# [not solved but managed] Problem z instalacją pakietu R

## rosomak

Hello,

Instalacja gentoo od zera. Płytka CD, stage3, postępowanie książkowe, wszystko według aktualnego (angielskojęzycznego na dzień instalacji) manuala. Potem update, na wszelki wypadek emerge -e system/world, doinstalowane X, mc, ntfs3g, potem instaluję KDE poprzez emerge kde-meta. Ściąga mi między innymi pakiet R. Na nim wszystko się kładzie i zaczynają się schody:

 *Quote:*   

>  *** caught segfault ***
> 
> address 0x75726c75, cause 'memory not mapped'
> 
> Traceback:
> ...

 

ebuild:

 *Quote:*   

> Portage 2.1.10.62 (default/linux/x86/10.0/desktop/kde, gcc-4.5.3, glibc-2.15-r1, 3.2.12-gentoo i686)
> 
> =================================================================
> 
>                          System Settings
> ...

 

Tutaj jest wersja z ~x86, ale dla x86 miałem to samo (próbowałem kilku instalacji, z różnymi ustawieniami w make.conf):

 *Quote:*   

> *** caught segfault ***
> 
> address 0x6f78206c, cause 'memory not mapped'
> 
> Traceback:
> ...

 

Co ciekawe - w poprzednim życiu (=kiedy miałem poprzednio gentoo, na tym samym laptopie) doinstalowywałem sobie R (chciałem go przetestować), wszystko grało. Co więcej - ja mogę R zainstalować teraz "ręcznie" (z katalogu w którym jest, configure/make/make install), zero problemu, pakiet jest i działa.

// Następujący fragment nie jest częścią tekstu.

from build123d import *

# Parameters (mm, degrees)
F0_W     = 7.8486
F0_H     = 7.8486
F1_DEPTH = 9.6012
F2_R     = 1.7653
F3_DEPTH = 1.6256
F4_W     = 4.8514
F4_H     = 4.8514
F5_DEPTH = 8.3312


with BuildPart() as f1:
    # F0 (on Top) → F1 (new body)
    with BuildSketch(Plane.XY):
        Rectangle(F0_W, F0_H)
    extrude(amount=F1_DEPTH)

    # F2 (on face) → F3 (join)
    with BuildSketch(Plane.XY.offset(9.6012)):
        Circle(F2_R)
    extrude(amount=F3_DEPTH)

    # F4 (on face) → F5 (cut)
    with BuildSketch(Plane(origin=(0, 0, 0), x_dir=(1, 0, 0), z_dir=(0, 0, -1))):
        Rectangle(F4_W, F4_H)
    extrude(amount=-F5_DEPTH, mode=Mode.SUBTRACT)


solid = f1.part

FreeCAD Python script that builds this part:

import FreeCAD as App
import Part
import Sketcher
Q = App.Units.Quantity

doc = App.newDocument("Part")
body = doc.addObject("PartDesign::Body", "Body")

# Sketch on XY plane
sketch1 = doc.addObject("Sketcher::SketchObject", "Sketch")
body.addObject(sketch1)
sketch1.AttachmentSupport = (doc.XY_Plane, [""])
sketch1.MapMode = "FlatFace"
sketch1.addGeometry([
    Part.LineSegment(App.Vector(-4, 4, 0), App.Vector(-4, -4, 0)),
    Part.LineSegment(App.Vector(-4, -4, 0), App.Vector(4, -4, 0)),
    Part.LineSegment(App.Vector(4, -4, 0), App.Vector(4, 4, 0)),
    Part.LineSegment(App.Vector(4, 4, 0), App.Vector(-4, 4, 0)),
], False)
sketch1.addConstraint([
    Sketcher.Constraint("Coincident", 0, 2, 1, 1),
    Sketcher.Constraint("Coincident", 1, 2, 2, 1),
    Sketcher.Constraint("Coincident", 2, 2, 3, 1),
    Sketcher.Constraint("Coincident", 3, 2, 0, 1),
    Sketcher.Constraint("Vertical", 0),
    Sketcher.Constraint("Horizontal", 1),
    Sketcher.Constraint("Vertical", 2),
    Sketcher.Constraint("Horizontal", 3),
    Sketcher.Constraint("Symmetric", 0, 2, 2, 2, -1, 1),
    Sketcher.Constraint("Equal", 3, 0),
    Sketcher.Constraint("DistanceX", 1, 1, 1, 2, Q("0.309 in")),
])
pad1 = doc.addObject("PartDesign::Pad", "Pad")
body.addObject(pad1)
pad1.Profile = sketch1
pad1.Length = Q("0.378 in")

# Sketch on XY plane
sketch2 = doc.addObject("Sketcher::SketchObject", "Sketch001")
body.addObject(sketch2)
sketch2.AttachmentSupport = (doc.XY_Plane, [""])
sketch2.MapMode = "FlatFace"
sketch2.AttachmentOffset = App.Placement(App.Vector(0, 0, 0.378 * 25.4), App.Rotation())
sketch2.addGeometry(Part.Circle(App.Vector(0, 0, 0), App.Vector(0, 0, 1), 1.8), False)
sketch2.addConstraint([
    Sketcher.Constraint("Coincident", 0, 3, -1, 1),
    Sketcher.Constraint("Diameter", 0, Q("0.139 in")),
])
pad2 = doc.addObject("PartDesign::Pad", "Pad001")
body.addObject(pad2)
pad2.Profile = sketch2
pad2.Length = Q("0.064 in")

# Sketch on XY plane
sketch3 = doc.addObject("Sketcher::SketchObject", "Sketch002")
body.addObject(sketch3)
sketch3.AttachmentSupport = (doc.XY_Plane, [""])
sketch3.MapMode = "FlatFace"
sketch3.addGeometry([
    Part.LineSegment(App.Vector(-2.4, -2.4, 0), App.Vector(-2.4, 2.4, 0)),
    Part.LineSegment(App.Vector(-2.4, 2.4, 0), App.Vector(2.4, 2.4, 0)),
    Part.LineSegment(App.Vector(2.4, 2.4, 0), App.Vector(2.4, -2.4, 0)),
    Part.LineSegment(App.Vector(2.4, -2.4, 0), App.Vector(-2.4, -2.4, 0)),
], False)
sketch3.addConstraint([
    Sketcher.Constraint("Coincident", 0, 2, 1, 1),
    Sketcher.Constraint("Coincident", 1, 2, 2, 1),
    Sketcher.Constraint("Coincident", 2, 2, 3, 1),
    Sketcher.Constraint("Coincident", 3, 2, 0, 1),
    Sketcher.Constraint("Vertical", 0),
    Sketcher.Constraint("Horizontal", 1),
    Sketcher.Constraint("Vertical", 2),
    Sketcher.Constraint("Horizontal", 3),
    Sketcher.Constraint("Symmetric", 0, 2, 2, 2, -1, 1),
    Sketcher.Constraint("Equal", 3, 0),
    Sketcher.Constraint("DistanceX", 1, 1, 1, 2, Q("0.191 in")),
])
pocket1 = doc.addObject("PartDesign::Pocket", "Pocket")
body.addObject(pocket1)
pocket1.Profile = sketch3
pocket1.Length = Q("0.328 in")
pocket1.Reversed = True

doc.recompute()
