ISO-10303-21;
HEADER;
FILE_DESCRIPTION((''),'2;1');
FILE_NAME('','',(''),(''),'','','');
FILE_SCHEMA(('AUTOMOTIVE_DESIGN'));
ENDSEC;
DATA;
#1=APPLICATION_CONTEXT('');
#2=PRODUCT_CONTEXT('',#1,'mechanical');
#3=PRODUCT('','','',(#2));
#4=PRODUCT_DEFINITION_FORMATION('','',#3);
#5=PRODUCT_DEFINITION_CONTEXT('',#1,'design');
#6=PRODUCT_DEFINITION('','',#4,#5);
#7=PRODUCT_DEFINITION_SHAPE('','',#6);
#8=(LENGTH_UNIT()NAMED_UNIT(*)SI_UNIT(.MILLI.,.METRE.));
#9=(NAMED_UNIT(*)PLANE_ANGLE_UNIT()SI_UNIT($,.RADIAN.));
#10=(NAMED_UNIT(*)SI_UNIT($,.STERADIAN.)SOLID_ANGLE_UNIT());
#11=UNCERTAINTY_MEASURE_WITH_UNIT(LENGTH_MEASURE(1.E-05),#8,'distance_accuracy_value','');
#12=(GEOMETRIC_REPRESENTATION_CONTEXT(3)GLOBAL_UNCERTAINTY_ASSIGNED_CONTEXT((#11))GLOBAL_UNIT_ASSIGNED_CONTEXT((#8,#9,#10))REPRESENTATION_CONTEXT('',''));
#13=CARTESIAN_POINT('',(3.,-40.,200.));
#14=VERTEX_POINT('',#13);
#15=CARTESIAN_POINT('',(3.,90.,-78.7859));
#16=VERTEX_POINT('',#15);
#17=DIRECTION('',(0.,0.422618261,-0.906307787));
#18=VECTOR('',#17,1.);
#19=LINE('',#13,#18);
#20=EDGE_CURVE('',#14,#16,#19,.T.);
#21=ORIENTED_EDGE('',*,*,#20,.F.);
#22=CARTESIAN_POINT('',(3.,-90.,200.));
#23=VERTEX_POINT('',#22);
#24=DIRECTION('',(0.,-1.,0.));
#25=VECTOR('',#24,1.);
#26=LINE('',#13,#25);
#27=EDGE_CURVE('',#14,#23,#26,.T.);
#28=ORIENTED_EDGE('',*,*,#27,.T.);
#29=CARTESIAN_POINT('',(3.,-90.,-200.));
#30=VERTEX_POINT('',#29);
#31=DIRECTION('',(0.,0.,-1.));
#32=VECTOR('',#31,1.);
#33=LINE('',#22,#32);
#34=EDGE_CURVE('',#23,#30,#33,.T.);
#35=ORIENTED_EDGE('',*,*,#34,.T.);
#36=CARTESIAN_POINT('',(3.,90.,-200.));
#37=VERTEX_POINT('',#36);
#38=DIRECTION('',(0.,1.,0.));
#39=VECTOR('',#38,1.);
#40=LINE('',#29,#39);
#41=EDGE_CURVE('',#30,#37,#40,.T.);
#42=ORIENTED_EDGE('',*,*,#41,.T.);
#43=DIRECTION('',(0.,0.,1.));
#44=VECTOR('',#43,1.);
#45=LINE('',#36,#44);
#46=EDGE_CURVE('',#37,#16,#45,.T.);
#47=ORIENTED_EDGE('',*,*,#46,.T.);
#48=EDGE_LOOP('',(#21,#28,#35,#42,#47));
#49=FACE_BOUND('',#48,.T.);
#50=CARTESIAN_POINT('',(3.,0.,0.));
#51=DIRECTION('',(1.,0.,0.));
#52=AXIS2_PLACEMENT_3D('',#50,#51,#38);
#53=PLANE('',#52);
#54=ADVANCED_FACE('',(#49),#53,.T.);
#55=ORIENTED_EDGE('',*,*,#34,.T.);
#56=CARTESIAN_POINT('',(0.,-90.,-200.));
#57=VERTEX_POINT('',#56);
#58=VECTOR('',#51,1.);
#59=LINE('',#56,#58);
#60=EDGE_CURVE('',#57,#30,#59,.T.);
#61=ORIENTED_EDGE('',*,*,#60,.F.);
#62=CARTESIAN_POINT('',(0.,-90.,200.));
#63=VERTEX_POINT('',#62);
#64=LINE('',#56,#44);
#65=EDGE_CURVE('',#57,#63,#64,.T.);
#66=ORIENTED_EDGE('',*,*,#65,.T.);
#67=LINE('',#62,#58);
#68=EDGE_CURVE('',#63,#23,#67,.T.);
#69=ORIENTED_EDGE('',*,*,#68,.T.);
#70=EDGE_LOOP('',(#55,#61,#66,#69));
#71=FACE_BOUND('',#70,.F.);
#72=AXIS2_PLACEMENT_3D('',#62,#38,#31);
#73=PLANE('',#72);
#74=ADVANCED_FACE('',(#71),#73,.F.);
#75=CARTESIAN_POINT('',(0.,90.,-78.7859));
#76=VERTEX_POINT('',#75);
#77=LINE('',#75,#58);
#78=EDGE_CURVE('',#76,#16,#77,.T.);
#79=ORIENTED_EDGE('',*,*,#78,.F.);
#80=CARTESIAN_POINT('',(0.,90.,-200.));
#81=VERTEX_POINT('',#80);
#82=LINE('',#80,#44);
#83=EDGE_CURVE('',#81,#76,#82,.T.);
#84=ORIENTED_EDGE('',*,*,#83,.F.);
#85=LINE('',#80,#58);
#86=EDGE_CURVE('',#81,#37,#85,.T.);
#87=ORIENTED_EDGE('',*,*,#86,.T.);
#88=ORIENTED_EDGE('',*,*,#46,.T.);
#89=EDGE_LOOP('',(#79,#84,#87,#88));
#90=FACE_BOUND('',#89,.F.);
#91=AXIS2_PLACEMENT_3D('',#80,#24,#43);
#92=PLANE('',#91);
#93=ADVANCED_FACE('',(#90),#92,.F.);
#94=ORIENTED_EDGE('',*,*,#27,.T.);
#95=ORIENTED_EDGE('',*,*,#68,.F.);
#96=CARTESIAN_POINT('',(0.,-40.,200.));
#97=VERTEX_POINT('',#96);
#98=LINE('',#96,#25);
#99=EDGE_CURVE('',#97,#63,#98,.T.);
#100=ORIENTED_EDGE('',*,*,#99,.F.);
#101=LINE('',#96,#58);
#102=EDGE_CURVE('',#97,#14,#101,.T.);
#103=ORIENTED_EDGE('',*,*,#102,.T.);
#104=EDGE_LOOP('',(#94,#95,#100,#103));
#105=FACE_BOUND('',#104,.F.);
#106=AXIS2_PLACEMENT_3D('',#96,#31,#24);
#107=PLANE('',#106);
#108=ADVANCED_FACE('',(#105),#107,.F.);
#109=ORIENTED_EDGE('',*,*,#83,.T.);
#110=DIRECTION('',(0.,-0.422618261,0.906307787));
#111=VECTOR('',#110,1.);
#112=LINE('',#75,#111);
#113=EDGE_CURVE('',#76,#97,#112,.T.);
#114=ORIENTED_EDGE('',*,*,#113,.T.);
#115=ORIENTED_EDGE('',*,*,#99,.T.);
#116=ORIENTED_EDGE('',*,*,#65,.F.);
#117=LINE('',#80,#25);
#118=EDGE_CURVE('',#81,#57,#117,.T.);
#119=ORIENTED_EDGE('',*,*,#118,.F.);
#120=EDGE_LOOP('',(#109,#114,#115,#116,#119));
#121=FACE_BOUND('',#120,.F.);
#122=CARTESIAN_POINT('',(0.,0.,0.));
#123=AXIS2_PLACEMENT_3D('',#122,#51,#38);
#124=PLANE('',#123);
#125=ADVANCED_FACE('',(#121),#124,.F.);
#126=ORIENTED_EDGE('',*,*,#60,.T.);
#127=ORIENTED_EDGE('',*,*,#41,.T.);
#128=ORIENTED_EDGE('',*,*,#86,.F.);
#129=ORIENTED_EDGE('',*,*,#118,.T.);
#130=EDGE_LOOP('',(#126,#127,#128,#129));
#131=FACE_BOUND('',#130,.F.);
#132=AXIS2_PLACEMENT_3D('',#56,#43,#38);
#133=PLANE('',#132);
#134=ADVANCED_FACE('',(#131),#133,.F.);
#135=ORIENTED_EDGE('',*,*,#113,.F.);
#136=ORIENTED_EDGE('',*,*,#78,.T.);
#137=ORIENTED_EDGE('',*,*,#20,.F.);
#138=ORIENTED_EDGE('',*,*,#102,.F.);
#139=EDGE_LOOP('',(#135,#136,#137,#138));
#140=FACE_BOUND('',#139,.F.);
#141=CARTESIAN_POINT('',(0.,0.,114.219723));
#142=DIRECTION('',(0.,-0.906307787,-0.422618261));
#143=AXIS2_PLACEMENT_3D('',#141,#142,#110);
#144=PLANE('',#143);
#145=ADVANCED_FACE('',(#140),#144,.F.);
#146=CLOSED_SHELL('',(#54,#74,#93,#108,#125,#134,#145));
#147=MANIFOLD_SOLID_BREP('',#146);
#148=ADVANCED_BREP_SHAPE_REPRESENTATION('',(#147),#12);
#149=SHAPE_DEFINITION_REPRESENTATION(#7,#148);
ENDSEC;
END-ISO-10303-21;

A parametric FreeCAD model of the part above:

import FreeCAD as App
import Part
import Sketcher
Q = App.Units.Quantity


def add_polygon(sketch, points):
    """Adds a closed chain of lines whose ends are joined by coincident constraints."""
    first, n = sketch.GeometryCount, len(points)
    for a, b in zip(points, points[1:] + points[:1]):
        sketch.addGeometry(Part.LineSegment(App.Vector(*a, 0), App.Vector(*b, 0)), False)
    for i in range(n):
        sketch.addConstraint(Sketcher.Constraint("Coincident", first + i, 2, first + (i + 1) % n, 1))

doc = App.newDocument("Part")
params = doc.addObject("Spreadsheet::Sheet", "Params")
for row, (alias, value) in enumerate([
    ("sketch1_width", "50 mm"),
    ("sketch1_width2", "180 mm"),
    ("sketch1_height", "400 mm"),
    ("pad1_length", "3 mm"),
], start=1):
    params.set(f"A{row}", alias)
    params.set(f"B{row}", "=" + value)
    params.setAlias(f"B{row}", alias)

body = doc.addObject("PartDesign::Body", "Body")

# Sketch on YZ plane
sketch1 = body.newObject("Sketcher::SketchObject", "Sketch")
sketch1.AttachmentSupport = (doc.getObject("YZ_Plane"), [""])
sketch1.MapMode = "FlatFace"
add_polygon(sketch1, [(-40, 200), (-90, 200), (-90, -200), (90, -200), (90, -78.7859)])  # lines 0-4
sketch1.addConstraint(Sketcher.Constraint("Horizontal", 0))
sketch1.addConstraint(Sketcher.Constraint("Vertical", 1))
sketch1.addConstraint(Sketcher.Constraint("Horizontal", 2))
sketch1.addConstraint(Sketcher.Constraint("Vertical", 3))
sketch1.addConstraint(Sketcher.Constraint("Symmetric", 0, 2, 2, 2, -1, 1))
sketch1.addConstraint(Sketcher.Constraint("DistanceX", 0, 2, 0, 1, Q("50 mm")))
sketch1.addConstraint(Sketcher.Constraint("DistanceX", 2, 1, 2, 2, Q("180 mm")))
sketch1.addConstraint(Sketcher.Constraint("DistanceY", 1, 2, 1, 1, Q("400 mm")))
sketch1.addConstraint(Sketcher.Constraint("Angle", 4, Q("115 deg")))
sketch1.setExpression("Constraints[10]", "Params.sketch1_width")
sketch1.setExpression("Constraints[11]", "Params.sketch1_width2")
sketch1.setExpression("Constraints[12]", "Params.sketch1_height")
pad1 = body.newObject("PartDesign::Pad", "Pad")
pad1.Profile = sketch1
pad1.setExpression("Length", "Params.pad1_length")

doc.recompute()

Nie mogę tylko go zainstalować poprzez emerge R.

Czuję że robię jakiś głupi błąd, że nie widzę czegoś oczywistego ... Co mi umyka ?Last edited by rosomak on Tue Jun 05, 2012 10:18 am; edited 1 time in total

----------

## rosomak

Przyczyna problemów z postu wyżej - nadal nie wiem. Z samym problemem uporałem się klasycznie po inżyniersku, czyli przez jego obejście.   :Very Happy: 

Po kolei:

Miałem w marcu taki oto mały problem. Z takich i innych różnorakich powodów pojechałem z instalacją od zera. Nowa wypalona płytka, aktualny manual (angielski, podkreślam, polski przy X-ach jest z 2009, miałem tam kilka potknięć i zdecydowałem się korzystać z najnowszego - czyli oryginału), stare konfigi.

Moja kolejność działania:

1. instalacja od zera w/g manuala (początkowo z zachowaniem starego make.conf)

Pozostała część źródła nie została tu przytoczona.